The campaign’s transnational characteristics also make it challenging to historicize the origin and formation of family planning programs as a dominant measure to govern population. By international, I refer to the roles that local and foreign institutions and individuals, aid programs, and international non-governmental/intragovernmental organizations took in setting  up the fertility reduction projects in less-developed societies. Extant historical accounts of population control have shown why the some developed countries, the United States in particular, became interested in limiting the world’s population growth and how they mobilized to make the campaign a crucial concern in the United States (e.g., Caldwell and Caldwell 1986; Critchlow 1995, 1999; Donaldson 1990; Harkavy 1995; Mass 1981; Petroni 2011; Sharpless 1995, 1997), but the studies on what American organizations and individuals did abroad and how they interacted with local people during the early period of international population control campaign are just emerging (e.g., Baron 2008 and Bier 2008 in Egypt; Connelly 2008 and Takeshita 2012 in global; DiMoia 2008 in South Korea; Connelly 2006 and Hodges 2004 in India). To grasp transnational feature of this history, we need more single-country accounts that examine the international connections with the main donor—the Americans institutions and population experts.

Nevertheless, my thesis does not only add one case study to the existing critical studies about  family  planning  programs.  The Taiwan case is significant to this global history of reproductive politics for two reasons. First, the Taiwan programs, starting with the Taichung Study (1963-1964), was a pioneer to demonstrate that, through state interventions, fertility control was doable in cost-effective measure. To American population controllers, the Taiwanese government, and other developing countries, these early programs offered scientific legitimacy and practical instructions to boost the confidence of the international agencies and actors who were interested in controlling fertility at the mass level. Second, Taiwan’s family planning programs produced a lot of surveys and evaluations, which provided rich socio-demographic and medical data. Dr. Ronald Freedman, sociologist and the most influential American advisor to Taiwan’s family planning programs, noted that these data were uniquely complete to observe the demographic transition. To me, these reports and papers picture the programs’ reasoning and practice. In this study, I explore the emergence and formation of national family planning programs in 1960s Taiwan as a product of a specific historical era and circumstance, in which  the international flows of socio-demographic knowledge, contraceptive technologies, and population policies were initiated, developed, and contested by American experts and Taiwanese technocrats/specialists.

(1) Ceylon is the former name of Sri Lanka until 1972.
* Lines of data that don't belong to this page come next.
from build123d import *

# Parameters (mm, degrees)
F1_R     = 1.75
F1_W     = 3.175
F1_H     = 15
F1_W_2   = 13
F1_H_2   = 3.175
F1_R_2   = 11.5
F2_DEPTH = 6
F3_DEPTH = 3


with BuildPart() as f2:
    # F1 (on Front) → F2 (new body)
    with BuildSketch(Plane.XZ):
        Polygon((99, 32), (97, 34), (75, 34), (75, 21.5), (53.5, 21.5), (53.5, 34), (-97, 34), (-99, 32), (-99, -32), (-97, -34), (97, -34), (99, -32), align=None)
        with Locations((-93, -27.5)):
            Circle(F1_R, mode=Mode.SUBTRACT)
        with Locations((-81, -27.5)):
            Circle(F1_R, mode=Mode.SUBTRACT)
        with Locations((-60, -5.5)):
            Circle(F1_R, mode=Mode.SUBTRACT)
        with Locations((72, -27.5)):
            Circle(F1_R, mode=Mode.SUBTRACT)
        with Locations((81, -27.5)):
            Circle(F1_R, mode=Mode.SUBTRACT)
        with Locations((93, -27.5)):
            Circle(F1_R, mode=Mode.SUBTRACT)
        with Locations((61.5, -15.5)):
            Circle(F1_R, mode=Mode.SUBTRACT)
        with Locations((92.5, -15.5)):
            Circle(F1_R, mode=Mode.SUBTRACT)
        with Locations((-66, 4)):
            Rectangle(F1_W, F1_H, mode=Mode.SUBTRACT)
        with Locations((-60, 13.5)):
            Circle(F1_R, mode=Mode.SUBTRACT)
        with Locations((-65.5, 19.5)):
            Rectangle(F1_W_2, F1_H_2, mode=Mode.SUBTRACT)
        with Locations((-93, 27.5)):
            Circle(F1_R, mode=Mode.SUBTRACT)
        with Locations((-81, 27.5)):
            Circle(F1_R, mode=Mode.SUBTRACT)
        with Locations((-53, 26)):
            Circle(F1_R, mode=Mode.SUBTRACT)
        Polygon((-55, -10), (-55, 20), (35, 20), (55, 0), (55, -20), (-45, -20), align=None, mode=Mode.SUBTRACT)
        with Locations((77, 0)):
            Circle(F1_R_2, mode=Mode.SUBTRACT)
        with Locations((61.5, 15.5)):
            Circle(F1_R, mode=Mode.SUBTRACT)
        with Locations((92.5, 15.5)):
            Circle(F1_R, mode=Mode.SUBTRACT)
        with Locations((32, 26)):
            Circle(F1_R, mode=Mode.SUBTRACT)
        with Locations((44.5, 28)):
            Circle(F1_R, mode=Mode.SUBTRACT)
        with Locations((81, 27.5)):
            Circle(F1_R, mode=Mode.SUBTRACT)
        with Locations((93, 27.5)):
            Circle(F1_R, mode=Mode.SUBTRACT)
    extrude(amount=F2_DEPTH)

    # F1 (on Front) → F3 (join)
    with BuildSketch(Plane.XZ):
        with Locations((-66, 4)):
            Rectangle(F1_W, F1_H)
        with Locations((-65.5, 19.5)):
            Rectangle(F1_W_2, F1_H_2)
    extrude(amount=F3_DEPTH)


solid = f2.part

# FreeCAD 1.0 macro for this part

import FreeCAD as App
import Part
import Sketcher
from FreeCAD import Vector


def add_polygon(sketch, points):
    """Adds a closed chain of lines whose ends are joined by coincident constraints."""
    first, n = sketch.GeometryCount, len(points)
    for a, b in zip(points, points[1:] + points[:1]):
        sketch.addGeometry(Part.LineSegment(App.Vector(*a, 0), App.Vector(*b, 0)), False)
    for i in range(n):
        sketch.addConstraint(Sketcher.Constraint("Coincident", first + i, 2, first + (i + 1) % n, 1))

doc = App.newDocument("Part")
body = doc.addObject("PartDesign::Body", "Body")

# Sketch on XZ plane
sketch1 = doc.addObject("Sketcher::SketchObject", "Sketch")
body.addObject(sketch1)
sketch1.AttachmentSupport = (doc.XZ_Plane, [""])
sketch1.MapMode = "FlatFace"
add_polygon(sketch1, [(99, 32), (97, 34), (75, 34), (75, 21.5), (53.5, 21.5), (53.5, 34), (-97, 34), (-99, 32), (-99, -32), (-97, -34), (97, -34), (99, -32)])  # lines 0-11
sketch1.addGeometry(Part.Circle(Vector(-93, -27.5, 0), Vector(0, 0, 1), 1.8), False)  # 12
sketch1.addGeometry(Part.Circle(Vector(-81, -27.5, 0), Vector(0, 0, 1), 1.8), False)  # 13
sketch1.addGeometry(Part.Circle(Vector(-60, -5.5, 0), Vector(0, 0, 1), 1.8), False)  # 14
sketch1.addGeometry(Part.Circle(Vector(72, -27.5, 0), Vector(0, 0, 1), 1.8), False)  # 15
sketch1.addGeometry(Part.Circle(Vector(81, -27.5, 0), Vector(0, 0, 1), 1.8), False)  # 16
sketch1.addGeometry(Part.Circle(Vector(93, -27.5, 0), Vector(0, 0, 1), 1.8), False)  # 17
sketch1.addGeometry(Part.Circle(Vector(61.5, -15.5, 0), Vector(0, 0, 1), 1.8), False)  # 18
sketch1.addGeometry(Part.Circle(Vector(92.5, -15.5, 0), Vector(0, 0, 1), 1.8), False)  # 19
add_polygon(sketch1, [(-45, -20), (-55, -10), (-55, 20), (35, 20), (55, 0), (55, -20)])  # lines 20-25
sketch1.addGeometry(Part.Circle(Vector(77, 0, 0), Vector(0, 0, 1), 11.5), False)  # 26
add_polygon(sketch1, [(-64.4, -3.5), (-67.6, -3.5), (-67.6, 11.5), (-64.4, 11.5)])  # lines 27-30
sketch1.addGeometry(Part.Circle(Vector(-60, 13.5, 0), Vector(0, 0, 1), 1.8), False)  # 31
add_polygon(sketch1, [(-59, 17.9), (-72, 17.9), (-72, 21.1), (-59, 21.1)])  # lines 32-35
sketch1.addGeometry(Part.Circle(Vector(-93, 27.5, 0), Vector(0, 0, 1), 1.8), False)  # 36
sketch1.addGeometry(Part.Circle(Vector(-81, 27.5, 0), Vector(0, 0, 1), 1.8), False)  # 37
sketch1.addGeometry(Part.Circle(Vector(-53, 26, 0), Vector(0, 0, 1), 1.8), False)  # 38
sketch1.addGeometry(Part.Circle(Vector(32, 26, 0), Vector(0, 0, 1), 1.8), False)  # 39
sketch1.addGeometry(Part.Circle(Vector(44.5, 28, 0), Vector(0, 0, 1), 1.8), False)  # 40
sketch1.addGeometry(Part.Circle(Vector(61.5, 15.5, 0), Vector(0, 0, 1), 1.8), False)  # 41
sketch1.addGeometry(Part.Circle(Vector(92.5, 15.5, 0), Vector(0, 0, 1), 1.8), False)  # 42
sketch1.addGeometry(Part.Circle(Vector(81, 27.5, 0), Vector(0, 0, 1), 1.8), False)  # 43
sketch1.addGeometry(Part.Circle(Vector(93, 27.5, 0), Vector(0, 0, 1), 1.8), False)  # 44
sketch1.addConstraint([
    Sketcher.Constraint("Horizontal", 1),
    Sketcher.Constraint("Vertical", 2),
    Sketcher.Constraint("Horizontal", 3),
    Sketcher.Constraint("Vertical", 4),
    Sketcher.Constraint("Horizontal", 5),
    Sketcher.Constraint("Vertical", 7),
    Sketcher.Constraint("Horizontal", 9),
    Sketcher.Constraint("Vertical", 11),
    Sketcher.Constraint("Vertical", 21),
    Sketcher.Constraint("Horizontal", 22),
    Sketcher.Constraint("Vertical", 24),
    Sketcher.Constraint("Horizontal", 25),
    Sketcher.Constraint("Horizontal", 27),
    Sketcher.Constraint("Vertical", 28),
    Sketcher.Constraint("Horizontal", 29),
    Sketcher.Constraint("Vertical", 30),
    Sketcher.Constraint("Horizontal", 32),
    Sketcher.Constraint("Vertical", 33),
    Sketcher.Constraint("Horizontal", 34),
    Sketcher.Constraint("Vertical", 35),
    Sketcher.Constraint("Equal", 12, 13),
    Sketcher.Constraint("Equal", 13, 14),
    Sketcher.Constraint("Equal", 14, 15),
    Sketcher.Constraint("Equal", 15, 16),
    Sketcher.Constraint("Equal", 16, 17),
    Sketcher.Constraint("Equal", 17, 18),
    Sketcher.Constraint("Equal", 18, 19),
    Sketcher.Constraint("Equal", 19, 31),
    Sketcher.Constraint("Equal", 31, 36),
    Sketcher.Constraint("Equal", 36, 37),
    Sketcher.Constraint("Equal", 37, 38),
    Sketcher.Constraint("Equal", 38, 39),
    Sketcher.Constraint("Equal", 39, 40),
    Sketcher.Constraint("Equal", 40, 41),
    Sketcher.Constraint("Equal", 41, 42),
    Sketcher.Constraint("Equal", 42, 43),
    Sketcher.Constraint("Equal", 43, 44),
    Sketcher.Constraint("Symmetric", 17, 3, 36, 3, -1, 1),
    Sketcher.Constraint("Symmetric", 16, 3, 37, 3, -1, 1),
    Sketcher.Constraint("Symmetric", 13, 3, 43, 3, -1, 1),
    Sketcher.Constraint("Symmetric", 12, 3, 44, 3, -1, 1),
    Sketcher.Constraint("Symmetric", 0, 2, 8, 2, -1, 1),
    Sketcher.Constraint("Symmetric", 5, 2, 9, 2, -1, 1),
    Sketcher.Constraint("Symmetric", 6, 2, 10, 2, -1, 1),
    Sketcher.Constraint("Symmetric", 21, 2, 24, 2, -1, 1),
    Sketcher.Constraint("Symmetric", 13, 3, 16, 3, -2),
    Sketcher.Constraint("Symmetric", 12, 3, 17, 3, -2),
    Sketcher.Constraint("Symmetric", 18, 3, 41, 3, -1),
    Sketcher.Constraint("Symmetric", 19, 3, 42, 3, -1),
    Sketcher.Constraint("PointOnObject", 26, 3, -1),
    Sketcher.Constraint("PointOnObject", 23, 2, -1),
    Sketcher.Constraint("Perpendicular", 0, 6),
    Sketcher.Constraint("Perpendicular", 6, 8),
    Sketcher.Constraint("Perpendicular", 10, 20),
    Sketcher.Constraint("Parallel", 20, 23),
    Sketcher.Constraint("Horizontal", 12, 3, 13, 3),
    Sketcher.Constraint("Horizontal", 13, 3, 15, 3),
    Sketcher.Constraint("Horizontal", 18, 3, 19, 3),
    Sketcher.Constraint("Horizontal", 38, 3, 39, 3),
    Sketcher.Constraint("Horizontal", 7, 2, 10, 2),
    Sketcher.Constraint("Vertical", 14, 3, 31, 3),
    Sketcher.Constraint("Vertical", 5, 2, 8, 2),
    Sketcher.Constraint("Equal", 29, 33),
    Sketcher.Constraint("Diameter", 26, 23.0),
    Sketcher.Constraint("Diameter", 12, 3.5),
    Sketcher.Constraint("DistanceX", 1, 2, 1, 1, 22.0),
    Sketcher.Constraint("DistanceX", 9, 1, 9, 2, 194.0),
    Sketcher.Constraint("DistanceX", 22, 1, 22, 2, 90.0),
    Sketcher.Constraint("DistanceX", 25, 2, 25, 1, 100.0),
    Sketcher.Constraint("DistanceX", 32, 2, 32, 1, 13.0),
    Sketcher.Constraint("DistanceY", 7, 2, 7, 1, 64.0),
    Sketcher.Constraint("DistanceY", 21, 1, 21, 2, 30.0),
    Sketcher.Constraint("DistanceY", 28, 1, 28, 2, 15.0),
    Sketcher.Constraint("DistanceX", 3, 2, 3, 1, 21.5),
    Sketcher.Constraint("DistanceY", 2, 2, 2, 1, 12.5),
    Sketcher.Constraint("DistanceX", 12, 3, -1, 1, 93.0),
    Sketcher.Constraint("DistanceX", 13, 3, -1, 1, 81.0),
    Sketcher.Constraint("DistanceX", 14, 3, -1, 1, 60.0),
    Sketcher.Constraint("DistanceX", -1, 1, 15, 3, 72.0),
    Sketcher.Constraint("DistanceX", -1, 1, 26, 3, 77.0),
    Sketcher.Constraint("DistanceX", 38, 3, -1, 1, 53.0),
    Sketcher.Constraint("DistanceY", -1, 1, 38, 3, 26.0),
    Sketcher.Constraint("DistanceX", -1, 1, 39, 3, 32.0),
    Sketcher.Constraint("DistanceY", -1, 1, 40, 3, 28.0),
    Sketcher.Constraint("DistanceY", -1, 1, 0, 2, 34.0),
    Sketcher.Constraint("DistanceX", 32, 2, -1, 1, 72.0),
    Sketcher.Constraint("DistanceY", 13, 3, 14, 3, 22.0),
    Sketcher.Constraint("DistanceY", 15, 3, 18, 3, 12.0),
    Sketcher.Constraint("DistanceX", 18, 3, 19, 3, 31.0),
    Sketcher.Constraint("DistanceY", 14, 3, 31, 3, 19.0),
    Sketcher.Constraint("DistanceY", 31, 3, 36, 3, 14.0),
    Sketcher.Constraint("DistanceX", 40, 3, 18, 3, 17.0),
    Sketcher.Constraint("DistanceX", 3, 2, 41, 3, 8.0),
    Sketcher.Constraint("DistanceY", 14, 3, 27, 2, 2.0),
    Sketcher.Constraint("DistanceX", 27, 2, 27, 1, 3.175),
    Sketcher.Constraint("DistanceX", 27, 2, -1, 1, 67.5875),
    Sketcher.Constraint("DistanceY", -1, 1, 32, 2, 17.9125),
])
pad1 = doc.addObject("PartDesign::Pad", "Pad")
body.addObject(pad1)
pad1.Profile = sketch1
pad1.Length = 6

# Sketch on XZ plane
sketch2 = doc.addObject("Sketcher::SketchObject", "Sketch001")
body.addObject(sketch2)
sketch2.AttachmentSupport = (doc.XZ_Plane, [""])
sketch2.MapMode = "FlatFace"
add_polygon(sketch2, [(-67.6, 11.5), (-67.6, -3.5), (-64.4, -3.5), (-64.4, 11.5)])  # lines 0-3
add_polygon(sketch2, [(-72, 21.1), (-72, 17.9), (-59, 17.9), (-59, 21.1)])  # lines 4-7
sketch2.addConstraint([
    Sketcher.Constraint("Vertical", 0),
    Sketcher.Constraint("Horizontal", 1),
    Sketcher.Constraint("Vertical", 2),
    Sketcher.Constraint("Horizontal", 3),
    Sketcher.Constraint("Vertical", 4),
    Sketcher.Constraint("Horizontal", 5),
    Sketcher.Constraint("Vertical", 6),
    Sketcher.Constraint("Horizontal", 7),
    Sketcher.Constraint("Equal", 3, 4),
    Sketcher.Constraint("DistanceX", 5, 1, 5, 2, 13.0),
    Sketcher.Constraint("DistanceY", 0, 2, 0, 1, 15.0),
    Sketcher.Constraint("DistanceX", 4, 2, -1, 1, 72.0),
    Sketcher.Constraint("DistanceY", 0, 2, -1, 1, 3.5),
    Sketcher.Constraint("DistanceX", 1, 1, 1, 2, 3.175),
    Sketcher.Constraint("DistanceX", 0, 2, -1, 1, 67.5875),
    Sketcher.Constraint("DistanceY", -1, 1, 4, 2, 17.9125),
])
pad2 = doc.addObject("PartDesign::Pad", "Pad001")
body.addObject(pad2)
pad2.Profile = sketch2
pad2.Length = 3

doc.recompute()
(2) According to World Health Organization’s definition, family planning “allows individuals and couples  to anticipate and attain their desired number of children and the spacing and timing of their births. It is achieved through use of contraceptive methods and the treatment of involuntary infertility. A woman’s ability to space and limit her pregnancies has a direct impact on her health and well-being as well as on the outcome of each pregnancy.” Although family planning is often used interchangeably as birth control—i.e., individuals and couples’ reproductive practice, the organized efforts to promote and provide family planning services often beyond or exclude the intention to enhance women’s reproductive health and well-being. In this dissertation I use large-scale family planning programs to refer the government-supported or state-endorsed works to provide family planning information and methods as state interventions in order to reduce fertility rates and limit population  growth  for state’s agenda and interest. These programs reached its peak in the 1960s and 1970s, including in Taiwan, which is my thesis’s focus.